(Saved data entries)
-------------------------
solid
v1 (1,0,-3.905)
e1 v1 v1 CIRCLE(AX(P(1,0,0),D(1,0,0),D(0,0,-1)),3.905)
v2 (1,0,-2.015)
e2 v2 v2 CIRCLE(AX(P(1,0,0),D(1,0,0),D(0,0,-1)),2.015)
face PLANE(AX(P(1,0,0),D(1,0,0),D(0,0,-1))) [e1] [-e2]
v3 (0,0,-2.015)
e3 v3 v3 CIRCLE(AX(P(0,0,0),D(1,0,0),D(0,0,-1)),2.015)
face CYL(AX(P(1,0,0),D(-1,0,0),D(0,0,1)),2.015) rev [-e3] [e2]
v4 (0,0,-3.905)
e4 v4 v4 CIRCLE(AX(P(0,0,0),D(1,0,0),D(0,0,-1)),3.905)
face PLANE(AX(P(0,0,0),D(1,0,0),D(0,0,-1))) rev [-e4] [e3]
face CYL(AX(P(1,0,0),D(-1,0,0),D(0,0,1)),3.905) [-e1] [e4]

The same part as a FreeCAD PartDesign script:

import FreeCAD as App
import Part
import Sketcher

doc = App.newDocument("Part")
body = doc.addObject("PartDesign::Body", "Body")

# Sketch on YZ plane
sketch1 = body.newObject("Sketcher::SketchObject", "Sketch")
sketch1.AttachmentSupport = (doc.getObject("YZ_Plane"), [""])
sketch1.MapMode = "FlatFace"
sketch1.addGeometry(Part.Circle(App.Vector(0, 0, 0), App.Vector(0, 0, 1), 3.9), False)
sketch1.addGeometry(Part.Circle(App.Vector(0, 0, 0), App.Vector(0, 0, 1), 2), False)
sketch1.addConstraint(Sketcher.Constraint("Coincident", 0, 3, -1, 1))
sketch1.addConstraint(Sketcher.Constraint("Coincident", 1, 3, -1, 1))
sketch1.addConstraint(Sketcher.Constraint("Diameter", 0, 7.81))
sketch1.addConstraint(Sketcher.Constraint("Diameter", 1, 4.03))
pad1 = body.newObject("PartDesign::Pad", "Pad")
pad1.Profile = sketch1
pad1.Length = 1

doc.recompute()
-------------------------
* _TASK INSTRUCTIONS_:
The records above are to be restated word for word, in full.

* _OUTPUT OF THE EXERCISE_:
solid
v1 (1,0,-3.905)
e1 v1 v1 CIRCLE(AX(P(1,0,0),D(1,0,0),D(0,0,-1)),3.905)
v2 (1,0,-2.015)
e2 v2 v2 CIRCLE(AX(P(1,0,0),D(1,0,0),D(0,0,-1)),2.015)
face PLANE(AX(P(1,0,0),D(1,0,0),D(0,0,-1))) [e1] [-e2]
v3 (0,0,-2.015)
e3 v3 v3 CIRCLE(AX(P(0,0,0),D(1,0,0),D(0,0,-1)),2.015)
face CYL(AX(P(1,0,0),D(-1,0,0),D(0,0,1)),2.015) rev [-e3] [e2]
v4 (0,0,-3.905)
e4 v4 v4 CIRCLE(AX(P(0,0,0),D(1,0,0),D(0,0,-1)),3.905)
face PLANE(AX(P(0,0,0),D(1,0,0),D(0,0,-1))) rev [-e4] [e3]
face CYL(AX(P(1,0,0),D(-1,0,0),D(0,0,1)),3.905) [-e1] [e4]

The same part as a FreeCAD PartDesign script:

import FreeCAD as App
import Part
import Sketcher

doc = App.newDocument("Part")
body = doc.addObject("PartDesign::Body", "Body")

# Sketch on YZ plane
sketch1 = body.newObject("Sketcher::SketchObject", "Sketch")
sketch1.AttachmentSupport = (doc.getObject("YZ_Plane"), [""])
sketch1.MapMode = "FlatFace"
sketch1.addGeometry(Part.Circle(App.Vector(0, 0, 0), App.Vector(0, 0, 1), 3.9), False)
sketch1.addGeometry(Part.Circle(App.Vector(0, 0, 0), App.Vector(0, 0, 1), 2), False)
sketch1.addConstraint(Sketcher.Constraint("Coincident", 0, 3, -1, 1))
sketch1.addConstraint(Sketcher.Constraint("Coincident", 1, 3, -1, 1))
sketch1.addConstraint(Sketcher.Constraint("Diameter", 0, 7.81))
sketch1.addConstraint(Sketcher.Constraint("Diameter", 1, 4.03))
pad1 = body.newObject("PartDesign::Pad", "Pad")
pad1.Profile = sketch1
pad1.Length = 1

doc.recompute()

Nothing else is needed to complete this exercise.